* **What the exercise asks**
Give the data again exactly, stopping after the "v 37.239 19.05 -34.553" line.

########

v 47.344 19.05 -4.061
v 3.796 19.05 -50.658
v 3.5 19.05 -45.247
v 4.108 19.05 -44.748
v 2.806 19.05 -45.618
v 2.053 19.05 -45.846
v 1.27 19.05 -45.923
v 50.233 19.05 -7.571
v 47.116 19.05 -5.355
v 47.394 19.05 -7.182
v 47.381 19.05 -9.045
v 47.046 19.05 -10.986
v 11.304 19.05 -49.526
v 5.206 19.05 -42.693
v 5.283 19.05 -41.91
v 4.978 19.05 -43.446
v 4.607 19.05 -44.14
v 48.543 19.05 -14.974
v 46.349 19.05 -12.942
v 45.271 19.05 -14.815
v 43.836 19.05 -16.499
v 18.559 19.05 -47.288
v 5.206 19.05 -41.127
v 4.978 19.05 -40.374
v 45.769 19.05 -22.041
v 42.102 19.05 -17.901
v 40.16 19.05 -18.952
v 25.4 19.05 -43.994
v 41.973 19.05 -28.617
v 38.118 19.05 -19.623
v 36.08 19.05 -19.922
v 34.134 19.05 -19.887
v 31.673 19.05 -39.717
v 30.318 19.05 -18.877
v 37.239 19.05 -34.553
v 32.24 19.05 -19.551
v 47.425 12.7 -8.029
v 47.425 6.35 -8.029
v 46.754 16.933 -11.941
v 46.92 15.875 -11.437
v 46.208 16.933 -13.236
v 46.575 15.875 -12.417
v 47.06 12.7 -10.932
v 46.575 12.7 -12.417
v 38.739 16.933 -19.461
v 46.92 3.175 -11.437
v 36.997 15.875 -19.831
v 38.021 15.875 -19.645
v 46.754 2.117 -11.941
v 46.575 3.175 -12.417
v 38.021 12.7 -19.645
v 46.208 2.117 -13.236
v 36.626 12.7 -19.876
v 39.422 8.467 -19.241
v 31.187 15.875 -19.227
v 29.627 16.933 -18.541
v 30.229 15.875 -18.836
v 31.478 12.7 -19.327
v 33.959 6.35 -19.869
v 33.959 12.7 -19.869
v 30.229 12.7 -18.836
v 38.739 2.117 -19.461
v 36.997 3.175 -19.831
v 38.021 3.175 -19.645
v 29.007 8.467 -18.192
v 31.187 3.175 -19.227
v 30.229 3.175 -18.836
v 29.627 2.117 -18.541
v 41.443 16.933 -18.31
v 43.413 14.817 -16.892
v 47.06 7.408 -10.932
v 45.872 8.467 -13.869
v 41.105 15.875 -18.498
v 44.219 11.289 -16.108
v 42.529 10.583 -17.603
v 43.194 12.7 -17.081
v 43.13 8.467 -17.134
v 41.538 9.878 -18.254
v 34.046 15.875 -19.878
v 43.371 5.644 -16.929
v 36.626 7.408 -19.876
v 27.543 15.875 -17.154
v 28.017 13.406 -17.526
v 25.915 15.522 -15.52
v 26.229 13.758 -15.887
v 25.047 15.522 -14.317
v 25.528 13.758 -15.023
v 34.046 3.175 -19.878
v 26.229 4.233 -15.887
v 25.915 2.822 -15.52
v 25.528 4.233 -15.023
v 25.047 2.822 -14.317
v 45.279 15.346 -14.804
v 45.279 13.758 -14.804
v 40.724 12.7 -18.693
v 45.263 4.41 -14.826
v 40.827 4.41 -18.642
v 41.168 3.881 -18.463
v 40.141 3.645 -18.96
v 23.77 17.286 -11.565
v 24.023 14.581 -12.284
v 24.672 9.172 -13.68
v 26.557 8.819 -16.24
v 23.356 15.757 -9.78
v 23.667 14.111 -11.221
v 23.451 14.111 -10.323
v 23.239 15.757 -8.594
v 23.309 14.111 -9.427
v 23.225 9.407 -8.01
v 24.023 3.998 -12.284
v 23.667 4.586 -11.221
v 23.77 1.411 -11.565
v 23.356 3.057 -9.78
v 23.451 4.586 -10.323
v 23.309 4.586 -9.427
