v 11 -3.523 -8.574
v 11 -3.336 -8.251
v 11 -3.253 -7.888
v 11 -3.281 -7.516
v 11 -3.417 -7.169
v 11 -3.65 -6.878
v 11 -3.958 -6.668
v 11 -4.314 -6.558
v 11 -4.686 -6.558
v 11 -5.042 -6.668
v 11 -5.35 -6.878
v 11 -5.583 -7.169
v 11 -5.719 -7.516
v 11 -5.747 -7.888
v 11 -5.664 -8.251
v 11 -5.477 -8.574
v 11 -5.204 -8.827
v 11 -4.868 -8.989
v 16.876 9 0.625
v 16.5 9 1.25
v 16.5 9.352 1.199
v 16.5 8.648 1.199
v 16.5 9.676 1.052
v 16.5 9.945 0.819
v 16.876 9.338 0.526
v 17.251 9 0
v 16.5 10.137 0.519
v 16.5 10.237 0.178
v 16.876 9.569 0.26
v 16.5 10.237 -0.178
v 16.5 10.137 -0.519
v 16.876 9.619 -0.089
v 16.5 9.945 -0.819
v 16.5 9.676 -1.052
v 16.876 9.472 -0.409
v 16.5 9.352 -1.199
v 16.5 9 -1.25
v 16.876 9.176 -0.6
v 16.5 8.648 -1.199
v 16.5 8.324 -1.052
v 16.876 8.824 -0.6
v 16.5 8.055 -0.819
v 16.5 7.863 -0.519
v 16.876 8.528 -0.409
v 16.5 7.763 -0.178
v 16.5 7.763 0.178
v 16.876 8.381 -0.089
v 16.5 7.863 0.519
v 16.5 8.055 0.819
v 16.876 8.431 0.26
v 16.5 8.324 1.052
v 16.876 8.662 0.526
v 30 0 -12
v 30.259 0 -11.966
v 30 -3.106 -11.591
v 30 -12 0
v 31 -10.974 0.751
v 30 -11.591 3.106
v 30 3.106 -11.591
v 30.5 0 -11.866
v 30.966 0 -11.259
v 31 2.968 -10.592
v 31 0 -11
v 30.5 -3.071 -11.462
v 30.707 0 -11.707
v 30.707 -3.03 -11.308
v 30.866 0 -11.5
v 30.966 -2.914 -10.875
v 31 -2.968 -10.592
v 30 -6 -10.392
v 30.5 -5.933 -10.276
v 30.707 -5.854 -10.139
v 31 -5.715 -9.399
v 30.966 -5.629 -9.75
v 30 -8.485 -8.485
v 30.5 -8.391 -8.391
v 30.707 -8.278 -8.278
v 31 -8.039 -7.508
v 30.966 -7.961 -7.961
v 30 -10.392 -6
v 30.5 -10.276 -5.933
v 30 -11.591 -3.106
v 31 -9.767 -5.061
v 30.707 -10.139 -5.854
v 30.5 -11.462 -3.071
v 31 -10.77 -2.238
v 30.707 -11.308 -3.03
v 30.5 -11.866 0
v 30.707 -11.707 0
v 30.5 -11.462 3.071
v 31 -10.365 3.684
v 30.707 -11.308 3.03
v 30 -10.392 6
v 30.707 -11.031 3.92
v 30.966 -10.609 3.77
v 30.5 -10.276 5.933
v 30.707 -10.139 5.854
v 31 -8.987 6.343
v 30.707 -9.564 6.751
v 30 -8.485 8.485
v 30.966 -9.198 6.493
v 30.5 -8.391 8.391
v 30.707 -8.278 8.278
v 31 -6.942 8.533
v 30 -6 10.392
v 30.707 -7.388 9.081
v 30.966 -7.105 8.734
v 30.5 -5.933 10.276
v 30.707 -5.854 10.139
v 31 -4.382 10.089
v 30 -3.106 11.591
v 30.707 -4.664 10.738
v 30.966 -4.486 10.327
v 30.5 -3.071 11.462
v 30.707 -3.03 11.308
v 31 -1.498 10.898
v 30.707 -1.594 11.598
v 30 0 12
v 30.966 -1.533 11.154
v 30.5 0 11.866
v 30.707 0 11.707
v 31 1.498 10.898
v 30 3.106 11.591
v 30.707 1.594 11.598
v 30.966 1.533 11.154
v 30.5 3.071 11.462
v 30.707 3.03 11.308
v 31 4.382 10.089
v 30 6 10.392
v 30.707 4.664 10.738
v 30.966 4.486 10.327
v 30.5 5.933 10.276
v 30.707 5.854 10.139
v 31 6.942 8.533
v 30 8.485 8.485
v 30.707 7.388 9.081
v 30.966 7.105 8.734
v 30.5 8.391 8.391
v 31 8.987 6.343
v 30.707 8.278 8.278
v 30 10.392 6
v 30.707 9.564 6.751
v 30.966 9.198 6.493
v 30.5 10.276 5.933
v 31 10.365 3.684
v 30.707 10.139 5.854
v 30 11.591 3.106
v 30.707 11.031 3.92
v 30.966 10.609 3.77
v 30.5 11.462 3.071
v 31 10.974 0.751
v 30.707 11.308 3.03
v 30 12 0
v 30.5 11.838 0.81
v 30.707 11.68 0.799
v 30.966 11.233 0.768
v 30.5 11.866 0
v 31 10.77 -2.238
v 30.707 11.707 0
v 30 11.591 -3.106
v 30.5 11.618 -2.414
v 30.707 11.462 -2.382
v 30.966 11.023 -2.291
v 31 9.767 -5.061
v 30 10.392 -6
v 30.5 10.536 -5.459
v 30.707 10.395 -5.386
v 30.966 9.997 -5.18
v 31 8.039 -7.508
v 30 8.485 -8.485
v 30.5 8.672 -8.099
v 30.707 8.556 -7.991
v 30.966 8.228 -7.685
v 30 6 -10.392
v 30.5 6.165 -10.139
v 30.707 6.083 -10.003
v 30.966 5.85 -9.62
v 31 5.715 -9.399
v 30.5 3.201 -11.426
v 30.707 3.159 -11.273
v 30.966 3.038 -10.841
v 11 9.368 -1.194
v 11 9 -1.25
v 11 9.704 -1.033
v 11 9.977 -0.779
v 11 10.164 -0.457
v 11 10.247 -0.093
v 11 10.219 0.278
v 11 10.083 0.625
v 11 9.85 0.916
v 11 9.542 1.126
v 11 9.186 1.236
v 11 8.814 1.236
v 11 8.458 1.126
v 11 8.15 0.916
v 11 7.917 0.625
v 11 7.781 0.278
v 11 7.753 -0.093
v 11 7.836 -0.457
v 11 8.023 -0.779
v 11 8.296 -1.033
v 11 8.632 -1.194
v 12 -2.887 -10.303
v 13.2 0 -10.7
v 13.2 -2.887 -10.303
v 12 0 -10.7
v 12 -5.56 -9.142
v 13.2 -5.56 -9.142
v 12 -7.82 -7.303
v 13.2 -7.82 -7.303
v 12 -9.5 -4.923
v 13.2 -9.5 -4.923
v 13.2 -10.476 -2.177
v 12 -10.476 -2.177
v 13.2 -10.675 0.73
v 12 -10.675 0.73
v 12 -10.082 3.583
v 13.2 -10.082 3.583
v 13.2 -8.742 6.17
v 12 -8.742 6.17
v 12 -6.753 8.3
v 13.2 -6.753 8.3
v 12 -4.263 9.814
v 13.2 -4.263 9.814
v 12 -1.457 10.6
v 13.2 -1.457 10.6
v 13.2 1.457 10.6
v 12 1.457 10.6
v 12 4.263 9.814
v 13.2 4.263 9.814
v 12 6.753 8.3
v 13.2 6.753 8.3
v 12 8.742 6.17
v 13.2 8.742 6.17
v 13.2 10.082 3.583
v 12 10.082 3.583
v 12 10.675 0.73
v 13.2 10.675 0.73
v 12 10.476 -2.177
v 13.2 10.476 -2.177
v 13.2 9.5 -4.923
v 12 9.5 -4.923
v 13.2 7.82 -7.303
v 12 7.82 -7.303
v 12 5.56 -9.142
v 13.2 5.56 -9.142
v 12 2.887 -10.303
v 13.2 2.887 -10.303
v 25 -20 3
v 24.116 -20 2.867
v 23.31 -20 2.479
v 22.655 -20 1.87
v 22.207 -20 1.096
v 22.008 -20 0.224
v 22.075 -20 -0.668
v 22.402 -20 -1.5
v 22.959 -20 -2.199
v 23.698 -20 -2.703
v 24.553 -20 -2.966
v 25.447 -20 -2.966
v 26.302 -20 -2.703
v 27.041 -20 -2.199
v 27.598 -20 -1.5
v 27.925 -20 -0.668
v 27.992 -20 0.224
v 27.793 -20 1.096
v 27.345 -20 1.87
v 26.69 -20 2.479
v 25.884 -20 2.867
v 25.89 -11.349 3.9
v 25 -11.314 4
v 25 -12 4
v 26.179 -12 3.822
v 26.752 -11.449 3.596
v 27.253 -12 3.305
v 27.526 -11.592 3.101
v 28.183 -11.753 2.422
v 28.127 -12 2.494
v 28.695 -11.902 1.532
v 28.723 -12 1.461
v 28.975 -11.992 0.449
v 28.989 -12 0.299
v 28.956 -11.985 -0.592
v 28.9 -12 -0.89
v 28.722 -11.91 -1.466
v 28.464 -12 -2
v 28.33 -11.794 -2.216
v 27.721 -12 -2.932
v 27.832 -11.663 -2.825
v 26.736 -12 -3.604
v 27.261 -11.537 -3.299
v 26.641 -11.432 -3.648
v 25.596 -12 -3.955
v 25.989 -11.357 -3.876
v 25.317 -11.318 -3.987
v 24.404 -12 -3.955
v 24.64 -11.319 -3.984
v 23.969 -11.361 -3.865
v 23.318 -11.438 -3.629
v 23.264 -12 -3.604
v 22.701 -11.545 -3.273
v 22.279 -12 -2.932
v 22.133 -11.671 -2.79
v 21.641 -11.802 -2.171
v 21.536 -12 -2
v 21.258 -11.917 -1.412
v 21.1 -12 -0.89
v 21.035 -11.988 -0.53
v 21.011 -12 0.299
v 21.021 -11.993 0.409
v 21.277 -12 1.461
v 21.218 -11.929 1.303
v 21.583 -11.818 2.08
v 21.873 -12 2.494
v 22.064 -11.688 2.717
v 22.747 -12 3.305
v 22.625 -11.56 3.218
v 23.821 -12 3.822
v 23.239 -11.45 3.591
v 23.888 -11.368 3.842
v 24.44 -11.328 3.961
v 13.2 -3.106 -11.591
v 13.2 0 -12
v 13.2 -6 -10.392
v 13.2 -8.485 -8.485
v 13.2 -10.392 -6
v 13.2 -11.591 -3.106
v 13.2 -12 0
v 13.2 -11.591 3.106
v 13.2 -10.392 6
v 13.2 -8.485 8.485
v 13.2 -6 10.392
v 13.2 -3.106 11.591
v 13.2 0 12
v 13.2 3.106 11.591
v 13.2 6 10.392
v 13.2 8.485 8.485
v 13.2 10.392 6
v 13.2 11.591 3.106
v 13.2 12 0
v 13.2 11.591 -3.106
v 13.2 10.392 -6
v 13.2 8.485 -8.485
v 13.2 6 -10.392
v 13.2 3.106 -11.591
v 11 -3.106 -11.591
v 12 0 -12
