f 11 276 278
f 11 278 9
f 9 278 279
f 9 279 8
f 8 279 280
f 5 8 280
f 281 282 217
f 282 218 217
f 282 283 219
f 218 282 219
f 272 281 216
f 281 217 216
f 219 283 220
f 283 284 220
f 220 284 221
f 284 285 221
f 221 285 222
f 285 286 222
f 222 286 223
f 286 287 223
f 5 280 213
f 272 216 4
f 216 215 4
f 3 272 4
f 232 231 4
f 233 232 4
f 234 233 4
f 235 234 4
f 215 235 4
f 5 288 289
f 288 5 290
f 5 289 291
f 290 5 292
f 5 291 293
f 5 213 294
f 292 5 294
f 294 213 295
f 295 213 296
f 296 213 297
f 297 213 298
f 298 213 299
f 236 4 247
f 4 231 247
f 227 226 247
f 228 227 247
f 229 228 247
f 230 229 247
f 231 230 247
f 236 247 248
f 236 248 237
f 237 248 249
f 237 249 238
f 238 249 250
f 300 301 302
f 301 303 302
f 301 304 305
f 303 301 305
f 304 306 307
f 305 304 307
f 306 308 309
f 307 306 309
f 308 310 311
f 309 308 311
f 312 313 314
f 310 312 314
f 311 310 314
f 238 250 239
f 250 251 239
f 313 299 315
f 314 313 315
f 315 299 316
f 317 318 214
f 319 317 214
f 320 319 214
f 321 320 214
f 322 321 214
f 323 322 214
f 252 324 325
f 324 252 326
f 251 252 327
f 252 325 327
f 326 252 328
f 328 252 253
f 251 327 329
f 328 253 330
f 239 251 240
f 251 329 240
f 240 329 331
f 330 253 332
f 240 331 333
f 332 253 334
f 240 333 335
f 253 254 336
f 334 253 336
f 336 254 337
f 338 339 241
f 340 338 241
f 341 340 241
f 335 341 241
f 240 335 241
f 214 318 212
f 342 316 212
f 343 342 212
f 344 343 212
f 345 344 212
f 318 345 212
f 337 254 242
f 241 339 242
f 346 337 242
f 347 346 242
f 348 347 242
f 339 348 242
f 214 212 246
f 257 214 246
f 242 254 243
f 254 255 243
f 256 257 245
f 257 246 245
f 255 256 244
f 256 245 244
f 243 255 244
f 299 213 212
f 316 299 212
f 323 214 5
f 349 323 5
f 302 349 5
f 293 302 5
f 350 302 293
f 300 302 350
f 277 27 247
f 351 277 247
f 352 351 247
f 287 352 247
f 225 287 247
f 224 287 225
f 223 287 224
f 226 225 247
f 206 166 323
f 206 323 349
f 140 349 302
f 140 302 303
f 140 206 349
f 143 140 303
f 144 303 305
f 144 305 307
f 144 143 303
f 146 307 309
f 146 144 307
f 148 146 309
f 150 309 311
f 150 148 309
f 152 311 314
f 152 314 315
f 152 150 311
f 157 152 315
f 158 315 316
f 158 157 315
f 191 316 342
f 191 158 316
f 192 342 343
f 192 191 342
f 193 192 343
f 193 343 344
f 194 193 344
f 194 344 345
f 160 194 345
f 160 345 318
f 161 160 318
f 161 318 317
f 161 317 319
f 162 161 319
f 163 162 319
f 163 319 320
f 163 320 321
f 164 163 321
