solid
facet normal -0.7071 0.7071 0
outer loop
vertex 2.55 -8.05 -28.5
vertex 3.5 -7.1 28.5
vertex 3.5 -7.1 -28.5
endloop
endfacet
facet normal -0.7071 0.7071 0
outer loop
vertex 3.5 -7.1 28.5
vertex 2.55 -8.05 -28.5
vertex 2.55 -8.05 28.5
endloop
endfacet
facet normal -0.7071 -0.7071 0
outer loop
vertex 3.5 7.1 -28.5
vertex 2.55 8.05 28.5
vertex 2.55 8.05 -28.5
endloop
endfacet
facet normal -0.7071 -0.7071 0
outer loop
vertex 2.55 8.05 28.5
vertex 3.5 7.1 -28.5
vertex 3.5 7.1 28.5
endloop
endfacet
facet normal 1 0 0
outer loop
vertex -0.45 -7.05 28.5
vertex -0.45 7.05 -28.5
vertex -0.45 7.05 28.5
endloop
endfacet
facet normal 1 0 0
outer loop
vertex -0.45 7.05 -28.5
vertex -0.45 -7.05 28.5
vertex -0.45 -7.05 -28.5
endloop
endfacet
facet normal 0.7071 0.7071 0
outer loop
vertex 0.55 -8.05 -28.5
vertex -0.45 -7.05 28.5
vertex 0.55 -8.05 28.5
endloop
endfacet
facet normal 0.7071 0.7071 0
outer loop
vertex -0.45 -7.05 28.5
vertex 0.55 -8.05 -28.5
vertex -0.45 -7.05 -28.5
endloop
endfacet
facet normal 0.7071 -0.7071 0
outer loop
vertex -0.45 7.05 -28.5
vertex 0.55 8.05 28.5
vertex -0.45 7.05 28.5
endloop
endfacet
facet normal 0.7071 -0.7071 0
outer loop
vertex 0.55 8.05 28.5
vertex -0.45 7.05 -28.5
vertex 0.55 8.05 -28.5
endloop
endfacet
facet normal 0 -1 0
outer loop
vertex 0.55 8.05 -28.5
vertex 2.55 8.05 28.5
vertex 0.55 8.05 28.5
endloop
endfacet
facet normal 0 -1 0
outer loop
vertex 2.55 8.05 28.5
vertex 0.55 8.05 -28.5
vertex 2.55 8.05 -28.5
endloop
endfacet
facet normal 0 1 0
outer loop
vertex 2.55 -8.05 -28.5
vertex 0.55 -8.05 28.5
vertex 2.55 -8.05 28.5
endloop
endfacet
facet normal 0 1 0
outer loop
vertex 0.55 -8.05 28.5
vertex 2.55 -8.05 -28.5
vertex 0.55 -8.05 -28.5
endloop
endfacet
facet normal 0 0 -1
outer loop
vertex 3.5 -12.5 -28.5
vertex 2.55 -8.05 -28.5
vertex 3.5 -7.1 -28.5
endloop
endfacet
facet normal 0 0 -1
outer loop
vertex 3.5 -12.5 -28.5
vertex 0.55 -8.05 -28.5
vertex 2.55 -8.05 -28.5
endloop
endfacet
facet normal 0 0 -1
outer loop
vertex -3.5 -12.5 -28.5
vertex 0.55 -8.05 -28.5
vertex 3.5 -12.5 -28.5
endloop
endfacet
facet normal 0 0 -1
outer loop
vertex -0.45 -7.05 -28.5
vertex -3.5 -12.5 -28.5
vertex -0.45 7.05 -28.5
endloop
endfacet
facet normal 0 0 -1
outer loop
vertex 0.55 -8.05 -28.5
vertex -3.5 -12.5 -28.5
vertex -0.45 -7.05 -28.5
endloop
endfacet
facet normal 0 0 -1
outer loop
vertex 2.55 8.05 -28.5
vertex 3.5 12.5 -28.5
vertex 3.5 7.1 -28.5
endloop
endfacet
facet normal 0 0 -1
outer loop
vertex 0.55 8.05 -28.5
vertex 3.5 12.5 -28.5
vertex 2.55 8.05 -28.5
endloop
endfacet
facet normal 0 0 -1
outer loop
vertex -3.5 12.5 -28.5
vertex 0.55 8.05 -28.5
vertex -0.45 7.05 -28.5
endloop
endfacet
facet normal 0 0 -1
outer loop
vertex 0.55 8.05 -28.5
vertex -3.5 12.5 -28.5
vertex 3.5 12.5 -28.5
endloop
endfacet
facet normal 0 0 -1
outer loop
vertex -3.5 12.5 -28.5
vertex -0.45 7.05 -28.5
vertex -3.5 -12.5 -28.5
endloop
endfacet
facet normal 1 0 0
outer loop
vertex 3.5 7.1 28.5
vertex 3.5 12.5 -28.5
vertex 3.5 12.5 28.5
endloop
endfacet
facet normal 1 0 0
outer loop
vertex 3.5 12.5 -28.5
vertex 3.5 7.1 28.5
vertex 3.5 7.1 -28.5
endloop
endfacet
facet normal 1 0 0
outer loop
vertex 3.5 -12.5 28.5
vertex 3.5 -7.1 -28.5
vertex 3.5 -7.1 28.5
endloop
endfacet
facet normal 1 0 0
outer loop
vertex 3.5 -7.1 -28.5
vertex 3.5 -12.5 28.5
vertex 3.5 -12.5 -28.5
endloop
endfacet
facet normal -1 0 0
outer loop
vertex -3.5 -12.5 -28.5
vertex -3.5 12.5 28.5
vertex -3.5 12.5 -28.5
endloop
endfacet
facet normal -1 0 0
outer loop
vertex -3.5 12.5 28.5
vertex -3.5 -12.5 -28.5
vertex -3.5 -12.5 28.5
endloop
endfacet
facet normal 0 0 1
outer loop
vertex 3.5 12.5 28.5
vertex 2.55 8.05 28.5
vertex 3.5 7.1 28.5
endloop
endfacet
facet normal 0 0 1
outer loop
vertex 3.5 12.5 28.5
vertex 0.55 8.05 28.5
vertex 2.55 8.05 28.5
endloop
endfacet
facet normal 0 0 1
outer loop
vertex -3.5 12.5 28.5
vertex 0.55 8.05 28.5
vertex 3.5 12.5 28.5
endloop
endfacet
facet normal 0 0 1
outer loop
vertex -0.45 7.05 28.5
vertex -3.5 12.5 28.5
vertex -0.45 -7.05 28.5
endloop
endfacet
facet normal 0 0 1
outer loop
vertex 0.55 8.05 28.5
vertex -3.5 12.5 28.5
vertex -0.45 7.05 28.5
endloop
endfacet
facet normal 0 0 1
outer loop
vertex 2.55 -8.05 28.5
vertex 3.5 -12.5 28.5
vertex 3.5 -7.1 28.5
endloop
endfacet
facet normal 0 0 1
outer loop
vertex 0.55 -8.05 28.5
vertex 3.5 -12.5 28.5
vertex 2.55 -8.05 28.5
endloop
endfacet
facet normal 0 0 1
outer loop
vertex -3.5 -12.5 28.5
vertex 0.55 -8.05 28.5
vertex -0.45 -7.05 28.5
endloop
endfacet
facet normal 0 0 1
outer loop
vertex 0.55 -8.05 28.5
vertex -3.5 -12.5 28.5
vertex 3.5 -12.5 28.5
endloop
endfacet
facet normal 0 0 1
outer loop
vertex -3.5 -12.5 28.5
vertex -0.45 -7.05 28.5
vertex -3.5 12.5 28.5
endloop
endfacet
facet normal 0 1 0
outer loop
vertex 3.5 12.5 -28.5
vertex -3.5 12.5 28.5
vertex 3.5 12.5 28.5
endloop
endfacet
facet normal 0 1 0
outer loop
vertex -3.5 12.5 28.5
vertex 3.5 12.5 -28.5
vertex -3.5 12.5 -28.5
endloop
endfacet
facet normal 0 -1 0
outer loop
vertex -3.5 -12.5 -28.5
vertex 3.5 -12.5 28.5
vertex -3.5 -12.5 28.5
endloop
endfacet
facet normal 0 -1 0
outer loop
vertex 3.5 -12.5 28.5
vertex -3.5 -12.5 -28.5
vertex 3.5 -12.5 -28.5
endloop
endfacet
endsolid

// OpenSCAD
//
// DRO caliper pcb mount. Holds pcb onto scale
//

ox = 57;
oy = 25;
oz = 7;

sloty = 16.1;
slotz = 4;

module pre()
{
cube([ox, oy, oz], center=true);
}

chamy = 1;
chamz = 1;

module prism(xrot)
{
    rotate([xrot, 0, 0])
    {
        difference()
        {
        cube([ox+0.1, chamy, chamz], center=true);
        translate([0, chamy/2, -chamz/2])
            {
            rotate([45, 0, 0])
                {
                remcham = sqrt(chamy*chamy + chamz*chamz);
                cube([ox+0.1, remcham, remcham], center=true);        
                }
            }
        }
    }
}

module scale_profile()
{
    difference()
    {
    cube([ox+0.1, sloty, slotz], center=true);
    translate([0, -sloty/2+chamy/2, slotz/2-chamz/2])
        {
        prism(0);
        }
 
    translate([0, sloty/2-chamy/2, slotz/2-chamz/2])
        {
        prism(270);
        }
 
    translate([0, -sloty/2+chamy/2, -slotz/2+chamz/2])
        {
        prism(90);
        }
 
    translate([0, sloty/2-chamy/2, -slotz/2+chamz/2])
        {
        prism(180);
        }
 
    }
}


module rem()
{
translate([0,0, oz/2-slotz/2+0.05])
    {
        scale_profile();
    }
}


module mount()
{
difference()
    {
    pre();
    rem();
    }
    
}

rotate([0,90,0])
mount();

########

* **Written solution**
v 47.344 19.05 -4.061
v 3.796 19.05 -50.658
v 3.5 19.05 -45.247
v 4.108 19.05 -44.748
v 2.806 19.05 -45.618
v 2.053 19.05 -45.846
v 1.27 19.05 -45.923
v 50.233 19.05 -7.571
v 47.116 19.05 -5.355
v 47.394 19.05 -7.182
v 47.381 19.05 -9.045
v 47.046 19.05 -10.986
v 11.304 19.05 -49.526
v 5.206 19.05 -42.693
v 5.283 19.05 -41.91
v 4.978 19.05 -43.446
v 4.607 19.05 -44.14
v 48.543 19.05 -14.974
v 46.349 19.05 -12.942
v 45.271 19.05 -14.815
v 43.836 19.05 -16.499
v 18.559 19.05 -47.288
v 5.206 19.05 -41.127
v 4.978 19.05 -40.374
v 45.769 19.05 -22.041
v 42.102 19.05 -17.901
v 40.16 19.05 -18.952
v 25.4 19.05 -43.994
v 41.973 19.05 -28.617
v 38.118 19.05 -19.623
v 36.08 19.05 -19.922
v 34.134 19.05 -19.887
v 31.673 19.05 -39.717
v 30.318 19.05 -18.877
v 37.239 19.05 -34.553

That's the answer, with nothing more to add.